For the first time in the history of the FIFA World Cup, the four highest-ranked nations in the world have all advanced to the semi-finals. Spain, Argentina, France, and England — ranked first, second, third, and fourth respectively by FIFA — have each survived the knockout rounds to set up a pair of mouth-watering last-four clashes.
World Cup 2026 Makes History as Top Four Seeds All Reach Semi-Finals

For the first time in the history of the FIFA World Cup, the four highest-ranked nations in the world have all advanced to the semi-finals. Spain, Argentina, France, and England — ranked first, second, third, and fourth respectively by FIFA — have each survived the knockout rounds to set up a pair of mouth-watering last-four clashes.
The semi-finals are France v Spain on Tuesday and England v Argentina on Wednesday.
How the draw was designed
The achievement did not happen by accident. FIFA deliberately restructured the draw format for the 2026 World Cup, placing the top four seeds in separate quadrants so that none of them could face each other before the semi-finals.
For the plan to work, all four nations needed to win their respective groups — and each of them did exactly that. FIFA described the arrangement as guaranteeing "competitive balance" through "two separate pathways to the semi-finals."
A comparable seeding system is used at Wimbledon and in the UEFA Champions League's current format, where top seeds are similarly kept apart in pairs.
Why FIFA made the change
The trigger was the expansion from 32 to 48 teams for 2026, which introduced an extra knockout round. In the old 32-team format, group winners could not meet each other in the round of 16 — so an early clash between elite teams was never an issue.

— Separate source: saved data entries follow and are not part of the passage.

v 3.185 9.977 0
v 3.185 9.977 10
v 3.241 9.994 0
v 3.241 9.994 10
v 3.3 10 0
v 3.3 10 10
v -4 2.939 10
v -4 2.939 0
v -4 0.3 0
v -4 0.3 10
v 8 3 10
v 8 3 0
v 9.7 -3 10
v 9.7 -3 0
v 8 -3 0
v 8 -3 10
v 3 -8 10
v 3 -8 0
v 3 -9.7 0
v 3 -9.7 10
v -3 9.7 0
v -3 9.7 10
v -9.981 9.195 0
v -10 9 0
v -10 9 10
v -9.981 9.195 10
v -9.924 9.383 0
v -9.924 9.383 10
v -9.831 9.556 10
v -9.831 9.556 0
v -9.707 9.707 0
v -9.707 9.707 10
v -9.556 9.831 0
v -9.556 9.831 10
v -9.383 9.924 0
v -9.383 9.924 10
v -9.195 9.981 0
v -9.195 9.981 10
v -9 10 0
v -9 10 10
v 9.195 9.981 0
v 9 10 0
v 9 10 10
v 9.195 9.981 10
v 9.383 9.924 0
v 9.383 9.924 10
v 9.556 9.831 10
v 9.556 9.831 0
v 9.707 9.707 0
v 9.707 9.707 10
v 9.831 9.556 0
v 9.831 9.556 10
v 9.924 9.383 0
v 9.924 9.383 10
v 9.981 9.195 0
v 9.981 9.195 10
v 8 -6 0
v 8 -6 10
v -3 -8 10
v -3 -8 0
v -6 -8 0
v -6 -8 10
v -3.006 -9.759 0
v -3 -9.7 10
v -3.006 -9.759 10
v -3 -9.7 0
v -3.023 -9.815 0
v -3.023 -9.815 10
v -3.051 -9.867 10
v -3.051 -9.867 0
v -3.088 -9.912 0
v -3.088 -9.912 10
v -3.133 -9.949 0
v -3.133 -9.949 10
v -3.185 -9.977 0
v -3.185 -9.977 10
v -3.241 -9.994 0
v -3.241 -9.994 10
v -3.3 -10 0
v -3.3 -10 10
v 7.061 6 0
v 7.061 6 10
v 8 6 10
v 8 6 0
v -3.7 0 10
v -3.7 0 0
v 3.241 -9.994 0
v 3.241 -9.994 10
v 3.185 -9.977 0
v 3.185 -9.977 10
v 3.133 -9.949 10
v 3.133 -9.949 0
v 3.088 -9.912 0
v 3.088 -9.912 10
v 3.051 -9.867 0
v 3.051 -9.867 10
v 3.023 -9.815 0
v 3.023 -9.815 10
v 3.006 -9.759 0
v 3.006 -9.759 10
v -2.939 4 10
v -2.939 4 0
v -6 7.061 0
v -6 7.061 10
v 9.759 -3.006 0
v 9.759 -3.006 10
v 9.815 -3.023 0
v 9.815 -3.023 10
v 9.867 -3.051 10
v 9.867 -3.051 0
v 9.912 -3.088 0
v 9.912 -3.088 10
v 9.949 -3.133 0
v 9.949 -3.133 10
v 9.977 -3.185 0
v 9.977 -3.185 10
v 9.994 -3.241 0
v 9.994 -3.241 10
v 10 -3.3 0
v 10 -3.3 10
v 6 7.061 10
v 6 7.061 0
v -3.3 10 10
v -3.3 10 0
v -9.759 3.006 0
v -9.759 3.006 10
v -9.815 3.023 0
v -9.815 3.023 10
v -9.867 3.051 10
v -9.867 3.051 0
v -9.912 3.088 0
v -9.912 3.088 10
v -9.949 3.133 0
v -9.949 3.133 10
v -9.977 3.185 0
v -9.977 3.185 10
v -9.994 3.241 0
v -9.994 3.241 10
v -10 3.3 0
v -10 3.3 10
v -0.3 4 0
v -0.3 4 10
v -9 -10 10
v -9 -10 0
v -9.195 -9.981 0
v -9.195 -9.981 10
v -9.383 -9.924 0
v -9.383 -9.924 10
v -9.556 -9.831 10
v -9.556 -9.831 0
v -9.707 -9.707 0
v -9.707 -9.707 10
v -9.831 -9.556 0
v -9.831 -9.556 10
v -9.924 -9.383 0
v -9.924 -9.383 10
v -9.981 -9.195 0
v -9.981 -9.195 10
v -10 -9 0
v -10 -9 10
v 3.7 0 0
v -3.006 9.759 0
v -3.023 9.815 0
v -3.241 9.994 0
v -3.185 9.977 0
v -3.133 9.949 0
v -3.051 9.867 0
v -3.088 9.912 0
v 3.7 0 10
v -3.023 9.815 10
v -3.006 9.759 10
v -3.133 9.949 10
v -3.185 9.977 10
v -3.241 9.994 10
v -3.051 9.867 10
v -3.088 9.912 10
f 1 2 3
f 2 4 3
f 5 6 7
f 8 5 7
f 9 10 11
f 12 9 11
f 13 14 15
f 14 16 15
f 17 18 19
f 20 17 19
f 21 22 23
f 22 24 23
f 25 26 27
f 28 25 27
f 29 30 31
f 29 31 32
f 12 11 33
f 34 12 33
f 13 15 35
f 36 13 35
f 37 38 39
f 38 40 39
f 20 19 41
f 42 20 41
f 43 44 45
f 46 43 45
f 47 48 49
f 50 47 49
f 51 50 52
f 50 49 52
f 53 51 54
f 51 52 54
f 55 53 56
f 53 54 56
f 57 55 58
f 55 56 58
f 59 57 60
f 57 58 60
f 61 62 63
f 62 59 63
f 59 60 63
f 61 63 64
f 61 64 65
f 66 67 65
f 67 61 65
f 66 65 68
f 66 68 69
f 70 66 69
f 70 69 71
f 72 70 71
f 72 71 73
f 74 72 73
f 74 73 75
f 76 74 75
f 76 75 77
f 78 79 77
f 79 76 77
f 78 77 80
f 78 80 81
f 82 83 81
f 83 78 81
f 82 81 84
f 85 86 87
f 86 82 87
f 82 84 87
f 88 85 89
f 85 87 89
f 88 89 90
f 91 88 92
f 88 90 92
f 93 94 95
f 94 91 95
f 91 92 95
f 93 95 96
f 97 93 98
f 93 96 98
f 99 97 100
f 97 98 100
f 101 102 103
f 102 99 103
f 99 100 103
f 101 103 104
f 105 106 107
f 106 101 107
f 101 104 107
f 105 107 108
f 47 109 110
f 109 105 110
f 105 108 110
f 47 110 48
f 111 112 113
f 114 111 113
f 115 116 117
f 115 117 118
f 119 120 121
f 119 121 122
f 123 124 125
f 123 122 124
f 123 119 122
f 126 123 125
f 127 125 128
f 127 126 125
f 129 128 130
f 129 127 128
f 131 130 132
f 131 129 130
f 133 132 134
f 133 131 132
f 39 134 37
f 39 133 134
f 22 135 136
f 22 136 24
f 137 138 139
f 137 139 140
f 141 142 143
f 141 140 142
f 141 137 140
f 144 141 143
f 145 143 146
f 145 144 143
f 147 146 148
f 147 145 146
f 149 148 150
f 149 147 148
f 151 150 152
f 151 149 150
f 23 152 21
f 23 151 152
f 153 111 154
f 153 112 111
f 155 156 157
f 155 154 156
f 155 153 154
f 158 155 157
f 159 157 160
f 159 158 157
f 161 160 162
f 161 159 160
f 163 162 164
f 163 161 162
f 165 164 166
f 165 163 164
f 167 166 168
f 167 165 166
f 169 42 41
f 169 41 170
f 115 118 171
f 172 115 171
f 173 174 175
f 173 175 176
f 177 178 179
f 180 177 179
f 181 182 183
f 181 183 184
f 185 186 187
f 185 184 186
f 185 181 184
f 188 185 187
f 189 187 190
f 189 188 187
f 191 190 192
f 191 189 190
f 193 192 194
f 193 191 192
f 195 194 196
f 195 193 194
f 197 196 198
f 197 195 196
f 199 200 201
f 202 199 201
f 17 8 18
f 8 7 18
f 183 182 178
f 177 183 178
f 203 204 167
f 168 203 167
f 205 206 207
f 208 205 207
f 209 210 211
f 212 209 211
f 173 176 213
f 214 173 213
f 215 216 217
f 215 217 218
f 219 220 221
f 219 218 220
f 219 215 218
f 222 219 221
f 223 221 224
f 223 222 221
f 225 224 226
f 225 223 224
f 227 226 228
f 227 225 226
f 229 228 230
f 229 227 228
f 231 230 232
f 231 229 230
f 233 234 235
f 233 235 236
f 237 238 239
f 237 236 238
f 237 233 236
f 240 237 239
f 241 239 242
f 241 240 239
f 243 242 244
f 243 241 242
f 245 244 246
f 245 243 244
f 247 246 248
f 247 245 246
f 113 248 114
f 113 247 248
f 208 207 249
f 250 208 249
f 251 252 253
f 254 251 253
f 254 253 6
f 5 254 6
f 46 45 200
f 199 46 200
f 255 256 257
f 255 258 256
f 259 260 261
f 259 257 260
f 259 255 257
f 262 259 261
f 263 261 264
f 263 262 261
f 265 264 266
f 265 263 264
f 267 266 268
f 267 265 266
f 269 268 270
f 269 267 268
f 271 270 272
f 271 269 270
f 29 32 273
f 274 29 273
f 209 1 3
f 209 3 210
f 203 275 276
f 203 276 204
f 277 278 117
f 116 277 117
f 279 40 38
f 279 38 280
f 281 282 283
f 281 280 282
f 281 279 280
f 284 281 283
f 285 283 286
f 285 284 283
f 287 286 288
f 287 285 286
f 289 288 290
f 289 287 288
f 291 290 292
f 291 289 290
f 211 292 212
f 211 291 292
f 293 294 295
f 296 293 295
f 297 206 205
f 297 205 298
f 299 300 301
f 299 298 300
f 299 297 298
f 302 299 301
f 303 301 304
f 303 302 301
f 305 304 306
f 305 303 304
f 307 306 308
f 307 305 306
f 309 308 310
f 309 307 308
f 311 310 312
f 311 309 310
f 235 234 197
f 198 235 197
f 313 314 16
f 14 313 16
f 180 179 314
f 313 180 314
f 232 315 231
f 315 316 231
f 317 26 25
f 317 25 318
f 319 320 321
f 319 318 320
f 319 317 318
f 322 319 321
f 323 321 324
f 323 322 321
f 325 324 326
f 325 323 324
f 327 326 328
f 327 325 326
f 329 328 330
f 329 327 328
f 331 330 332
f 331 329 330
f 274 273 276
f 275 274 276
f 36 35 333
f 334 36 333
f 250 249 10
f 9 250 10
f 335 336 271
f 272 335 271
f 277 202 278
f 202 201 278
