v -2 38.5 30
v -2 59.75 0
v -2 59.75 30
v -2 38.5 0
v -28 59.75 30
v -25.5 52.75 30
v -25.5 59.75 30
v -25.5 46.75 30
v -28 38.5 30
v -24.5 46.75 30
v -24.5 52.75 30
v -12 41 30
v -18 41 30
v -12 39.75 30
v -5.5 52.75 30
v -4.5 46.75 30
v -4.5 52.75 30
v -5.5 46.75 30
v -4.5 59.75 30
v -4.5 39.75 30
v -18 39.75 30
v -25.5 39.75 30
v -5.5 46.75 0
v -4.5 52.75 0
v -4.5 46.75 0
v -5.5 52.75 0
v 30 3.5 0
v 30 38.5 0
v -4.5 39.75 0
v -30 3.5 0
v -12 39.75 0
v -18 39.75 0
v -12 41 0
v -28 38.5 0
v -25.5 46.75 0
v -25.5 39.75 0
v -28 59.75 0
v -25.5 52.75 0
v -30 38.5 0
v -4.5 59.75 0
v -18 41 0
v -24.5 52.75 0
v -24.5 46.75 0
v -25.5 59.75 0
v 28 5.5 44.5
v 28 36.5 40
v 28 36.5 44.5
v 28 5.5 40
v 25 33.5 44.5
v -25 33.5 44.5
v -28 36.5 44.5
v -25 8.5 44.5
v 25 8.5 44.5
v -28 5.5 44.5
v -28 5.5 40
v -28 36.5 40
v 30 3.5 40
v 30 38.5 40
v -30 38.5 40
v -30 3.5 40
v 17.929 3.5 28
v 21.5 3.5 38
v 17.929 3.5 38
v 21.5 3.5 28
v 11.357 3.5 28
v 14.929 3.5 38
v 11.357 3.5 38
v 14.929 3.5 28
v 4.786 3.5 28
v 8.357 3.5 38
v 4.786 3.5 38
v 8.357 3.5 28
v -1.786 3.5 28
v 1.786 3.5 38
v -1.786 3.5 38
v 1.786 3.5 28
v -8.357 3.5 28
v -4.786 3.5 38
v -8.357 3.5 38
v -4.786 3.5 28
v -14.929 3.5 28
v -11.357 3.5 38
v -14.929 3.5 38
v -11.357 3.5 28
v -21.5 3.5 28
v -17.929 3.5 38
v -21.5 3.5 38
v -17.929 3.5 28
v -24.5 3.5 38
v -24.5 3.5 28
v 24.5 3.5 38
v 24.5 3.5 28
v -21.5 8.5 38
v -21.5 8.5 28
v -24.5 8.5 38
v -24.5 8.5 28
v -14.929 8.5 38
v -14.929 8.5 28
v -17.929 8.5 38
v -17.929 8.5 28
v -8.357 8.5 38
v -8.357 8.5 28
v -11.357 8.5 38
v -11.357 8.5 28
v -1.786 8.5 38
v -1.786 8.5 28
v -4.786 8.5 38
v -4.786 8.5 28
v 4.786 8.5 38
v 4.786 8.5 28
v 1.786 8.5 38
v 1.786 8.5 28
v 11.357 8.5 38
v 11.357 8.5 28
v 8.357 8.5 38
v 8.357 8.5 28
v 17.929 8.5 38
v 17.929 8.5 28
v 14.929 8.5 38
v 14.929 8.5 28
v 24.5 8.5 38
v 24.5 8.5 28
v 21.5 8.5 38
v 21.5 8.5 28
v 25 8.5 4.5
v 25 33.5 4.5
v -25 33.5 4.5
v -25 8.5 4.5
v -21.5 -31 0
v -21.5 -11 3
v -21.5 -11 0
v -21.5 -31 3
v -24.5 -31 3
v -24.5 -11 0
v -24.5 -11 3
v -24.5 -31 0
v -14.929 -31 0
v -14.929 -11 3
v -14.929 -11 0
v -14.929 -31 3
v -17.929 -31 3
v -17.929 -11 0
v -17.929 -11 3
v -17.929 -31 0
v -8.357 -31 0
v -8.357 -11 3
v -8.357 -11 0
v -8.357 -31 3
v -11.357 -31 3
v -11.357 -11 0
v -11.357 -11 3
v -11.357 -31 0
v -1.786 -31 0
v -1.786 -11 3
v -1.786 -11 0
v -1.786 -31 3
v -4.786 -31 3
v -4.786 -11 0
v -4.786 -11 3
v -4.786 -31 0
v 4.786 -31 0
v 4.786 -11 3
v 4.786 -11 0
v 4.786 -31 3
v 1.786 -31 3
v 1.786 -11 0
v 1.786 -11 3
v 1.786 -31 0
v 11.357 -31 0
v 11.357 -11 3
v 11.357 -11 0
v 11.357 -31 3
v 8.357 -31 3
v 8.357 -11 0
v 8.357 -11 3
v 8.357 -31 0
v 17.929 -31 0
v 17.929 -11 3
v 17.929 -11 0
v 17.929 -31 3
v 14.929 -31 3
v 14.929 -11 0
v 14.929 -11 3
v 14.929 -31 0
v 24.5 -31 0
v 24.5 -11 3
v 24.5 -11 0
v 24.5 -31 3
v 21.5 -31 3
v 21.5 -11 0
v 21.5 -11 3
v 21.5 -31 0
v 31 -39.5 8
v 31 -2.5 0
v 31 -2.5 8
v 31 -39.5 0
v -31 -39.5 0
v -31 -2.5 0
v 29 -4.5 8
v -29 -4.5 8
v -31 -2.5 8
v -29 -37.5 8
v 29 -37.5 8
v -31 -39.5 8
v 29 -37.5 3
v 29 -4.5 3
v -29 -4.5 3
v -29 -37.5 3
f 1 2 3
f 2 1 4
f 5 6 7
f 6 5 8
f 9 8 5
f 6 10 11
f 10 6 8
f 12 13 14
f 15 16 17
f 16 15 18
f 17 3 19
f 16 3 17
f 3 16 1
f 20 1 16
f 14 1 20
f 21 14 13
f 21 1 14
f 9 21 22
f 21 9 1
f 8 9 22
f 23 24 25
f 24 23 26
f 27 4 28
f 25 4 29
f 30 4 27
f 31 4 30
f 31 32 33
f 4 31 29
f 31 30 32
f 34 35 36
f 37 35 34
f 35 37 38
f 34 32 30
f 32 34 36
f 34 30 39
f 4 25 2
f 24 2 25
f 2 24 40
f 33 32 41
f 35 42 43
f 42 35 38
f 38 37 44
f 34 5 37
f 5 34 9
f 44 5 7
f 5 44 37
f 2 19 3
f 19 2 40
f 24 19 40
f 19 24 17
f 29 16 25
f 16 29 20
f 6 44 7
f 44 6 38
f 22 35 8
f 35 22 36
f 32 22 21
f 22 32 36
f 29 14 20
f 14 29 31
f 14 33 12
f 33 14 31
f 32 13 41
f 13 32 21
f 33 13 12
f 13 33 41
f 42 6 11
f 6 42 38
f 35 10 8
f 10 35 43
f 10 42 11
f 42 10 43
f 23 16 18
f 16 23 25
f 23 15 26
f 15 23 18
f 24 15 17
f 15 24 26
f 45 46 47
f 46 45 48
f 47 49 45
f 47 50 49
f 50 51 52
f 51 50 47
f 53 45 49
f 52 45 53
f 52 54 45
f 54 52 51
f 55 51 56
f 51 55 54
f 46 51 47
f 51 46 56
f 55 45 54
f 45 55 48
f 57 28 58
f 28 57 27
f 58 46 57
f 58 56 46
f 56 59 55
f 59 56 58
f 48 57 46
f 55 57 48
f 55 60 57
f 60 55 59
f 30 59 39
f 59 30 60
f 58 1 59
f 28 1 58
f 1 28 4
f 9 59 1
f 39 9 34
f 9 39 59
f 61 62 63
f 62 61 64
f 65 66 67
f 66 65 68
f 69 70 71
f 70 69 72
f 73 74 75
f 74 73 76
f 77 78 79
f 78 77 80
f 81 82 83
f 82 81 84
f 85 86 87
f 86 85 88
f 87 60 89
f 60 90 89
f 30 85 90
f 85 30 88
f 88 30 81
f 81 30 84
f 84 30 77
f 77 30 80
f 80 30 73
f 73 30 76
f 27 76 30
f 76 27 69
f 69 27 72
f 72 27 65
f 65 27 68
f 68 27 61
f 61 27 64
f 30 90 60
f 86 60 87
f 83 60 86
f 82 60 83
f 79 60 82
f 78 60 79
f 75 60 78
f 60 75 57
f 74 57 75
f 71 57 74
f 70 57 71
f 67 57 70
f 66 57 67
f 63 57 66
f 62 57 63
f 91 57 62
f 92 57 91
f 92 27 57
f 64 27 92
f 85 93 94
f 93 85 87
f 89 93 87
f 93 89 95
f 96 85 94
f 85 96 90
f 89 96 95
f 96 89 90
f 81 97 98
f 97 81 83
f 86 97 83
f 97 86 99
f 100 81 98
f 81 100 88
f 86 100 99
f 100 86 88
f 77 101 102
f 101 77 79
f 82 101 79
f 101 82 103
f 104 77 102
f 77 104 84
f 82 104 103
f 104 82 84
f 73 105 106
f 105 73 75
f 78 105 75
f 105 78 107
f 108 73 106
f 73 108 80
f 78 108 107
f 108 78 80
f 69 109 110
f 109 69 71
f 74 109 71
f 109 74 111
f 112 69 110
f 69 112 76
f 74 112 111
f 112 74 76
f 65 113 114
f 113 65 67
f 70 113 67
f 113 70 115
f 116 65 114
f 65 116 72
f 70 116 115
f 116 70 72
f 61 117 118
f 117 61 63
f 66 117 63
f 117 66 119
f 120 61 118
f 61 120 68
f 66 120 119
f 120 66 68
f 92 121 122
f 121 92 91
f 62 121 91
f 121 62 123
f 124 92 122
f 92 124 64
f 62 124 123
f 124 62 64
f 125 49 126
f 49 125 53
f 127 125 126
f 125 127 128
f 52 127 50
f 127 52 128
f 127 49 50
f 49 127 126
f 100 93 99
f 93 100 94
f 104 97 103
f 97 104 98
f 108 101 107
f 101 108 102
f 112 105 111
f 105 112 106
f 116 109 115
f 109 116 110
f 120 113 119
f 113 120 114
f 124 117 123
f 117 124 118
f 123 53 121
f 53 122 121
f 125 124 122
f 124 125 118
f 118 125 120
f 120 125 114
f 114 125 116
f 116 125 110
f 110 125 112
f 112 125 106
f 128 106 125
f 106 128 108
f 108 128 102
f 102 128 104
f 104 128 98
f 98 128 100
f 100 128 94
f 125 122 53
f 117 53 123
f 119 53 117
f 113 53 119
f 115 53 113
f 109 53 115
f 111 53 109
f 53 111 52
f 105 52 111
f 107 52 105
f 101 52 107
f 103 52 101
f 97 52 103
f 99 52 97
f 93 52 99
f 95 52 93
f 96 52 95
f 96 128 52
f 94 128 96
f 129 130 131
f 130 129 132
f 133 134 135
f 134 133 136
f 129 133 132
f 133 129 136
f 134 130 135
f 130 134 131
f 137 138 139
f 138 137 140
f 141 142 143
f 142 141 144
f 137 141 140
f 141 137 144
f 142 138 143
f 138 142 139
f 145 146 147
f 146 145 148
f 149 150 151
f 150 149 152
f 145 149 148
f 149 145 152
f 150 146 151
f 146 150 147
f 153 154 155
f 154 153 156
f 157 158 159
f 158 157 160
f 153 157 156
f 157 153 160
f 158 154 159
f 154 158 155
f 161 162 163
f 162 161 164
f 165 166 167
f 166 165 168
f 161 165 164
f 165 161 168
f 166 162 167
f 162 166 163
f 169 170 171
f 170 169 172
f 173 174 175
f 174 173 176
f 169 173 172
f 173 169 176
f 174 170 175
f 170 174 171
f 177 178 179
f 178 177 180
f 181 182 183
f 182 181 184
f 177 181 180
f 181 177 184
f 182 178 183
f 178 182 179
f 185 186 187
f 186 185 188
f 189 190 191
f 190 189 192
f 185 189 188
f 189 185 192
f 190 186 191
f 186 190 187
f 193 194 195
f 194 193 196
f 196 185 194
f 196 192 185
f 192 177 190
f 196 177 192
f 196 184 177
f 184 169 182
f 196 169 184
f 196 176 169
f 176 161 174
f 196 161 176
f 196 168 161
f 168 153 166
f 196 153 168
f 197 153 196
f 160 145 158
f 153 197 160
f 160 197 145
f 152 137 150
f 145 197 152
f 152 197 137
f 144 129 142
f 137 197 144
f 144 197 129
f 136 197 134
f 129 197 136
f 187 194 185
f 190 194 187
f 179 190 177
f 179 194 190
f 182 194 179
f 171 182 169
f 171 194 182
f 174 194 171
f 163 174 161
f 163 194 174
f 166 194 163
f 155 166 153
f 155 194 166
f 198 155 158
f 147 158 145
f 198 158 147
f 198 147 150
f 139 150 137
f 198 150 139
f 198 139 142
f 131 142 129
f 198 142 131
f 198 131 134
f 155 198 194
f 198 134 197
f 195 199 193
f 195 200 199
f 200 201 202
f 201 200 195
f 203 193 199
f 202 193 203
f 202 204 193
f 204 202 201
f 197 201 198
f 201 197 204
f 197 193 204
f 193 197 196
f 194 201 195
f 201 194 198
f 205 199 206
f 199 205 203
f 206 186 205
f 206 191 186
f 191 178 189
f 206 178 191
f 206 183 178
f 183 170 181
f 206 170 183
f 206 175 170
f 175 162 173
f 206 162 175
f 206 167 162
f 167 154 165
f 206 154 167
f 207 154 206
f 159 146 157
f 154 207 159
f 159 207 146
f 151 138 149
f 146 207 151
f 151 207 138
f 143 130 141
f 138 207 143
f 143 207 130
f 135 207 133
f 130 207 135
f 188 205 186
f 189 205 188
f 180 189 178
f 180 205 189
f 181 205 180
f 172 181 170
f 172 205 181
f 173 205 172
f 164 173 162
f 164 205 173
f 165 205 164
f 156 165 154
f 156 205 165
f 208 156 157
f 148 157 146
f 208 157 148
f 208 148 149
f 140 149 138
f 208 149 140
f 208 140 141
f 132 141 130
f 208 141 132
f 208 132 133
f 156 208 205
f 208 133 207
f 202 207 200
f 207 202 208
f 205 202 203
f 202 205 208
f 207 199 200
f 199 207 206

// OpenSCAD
translate([0,21,46/2]) basebox();
translate([0,-21,8/2]) boxlid();

module boxlid()
{
  rotate([180,0,0])
  {
    difference()
    {
      cube([50+6+4+2,25+6+4+2,8],center=true);
      translate([0,0,-3]) cube([50+6+2,25+6+2,8],center=true);
      for(c=[0:7])
        translate([-23+((46/7)*c),0,0])
          cube([3,20,20],center=true);
    }
  }
}

module basebox()
{
  difference()
  {
    union()
    {
      cube([50+6,25+6,40+3],center=true);
      translate([0,0,-3]) cube([50+6+4,25+6+4,40+3-3],center=true);
      translate([-15,27.5,-8]) clip();
    }
    translate([0,0,2.5]) cube([50,25,42],center=true);
    for(c=[0:7])
      translate([-23+((46/7)*c),-32.5/2,10])
        cube([3,10,10],center=true);
  }
}

module clip()
{
  union()
  {
    difference()
    {
      cube([26,22.5,30],center=true);
      translate([0,3.75,0]) cube([21,25,30+5],center=true);
    }
    translate([0,-8.5,0]) cube([6,2,30],center=true);
    translate([-10.5,1.25,0]) rotate([0,0,90]) cube([6,2,30],center=true);
    translate([10.5,1.25,0]) rotate([0,0,90]) cube([6,2,30],center=true);
  }
}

To find the last occasion when two of the world's top four met before the semi-finals, you would need to go back to the 2010 quarter-finals, when the Netherlands eliminated Brazil 2-1.
With the expanded format, however, such meetings became not just possible but almost inevitable. At this summer's round of 16, it already happened in three separate ties: United States v Belgium, England v Mexico, and Switzerland v Colombia.
FIFA moved to protect the tournament's showcase matches — ensuring that a blockbuster contest between top-ranked sides would not take place in the early knockout rounds and eliminate a leading nation prematurely.
A record that had long proved elusive
FIFA introduced its world rankings in 1994, though they were not applied to that year's tournament draw. In the decades since, the top four have repeatedly fallen short. Belgium in 2022, Germany in 2018, Spain in 2014, Italy in 2010, and France in 2002 were all ranked inside the top four yet failed to progress beyond the group stage.
At every World Cup since 1998, the four highest-ranked nations had never all reached the semi-finals — until now.
A similar seeding experiment was applied to the FIFA Club World Cup last year, though one of the four top seeds, Real Madrid, did not make it to the semi-finals. At the 2026 World Cup, the system has delivered precisely what FIFA set out to achieve.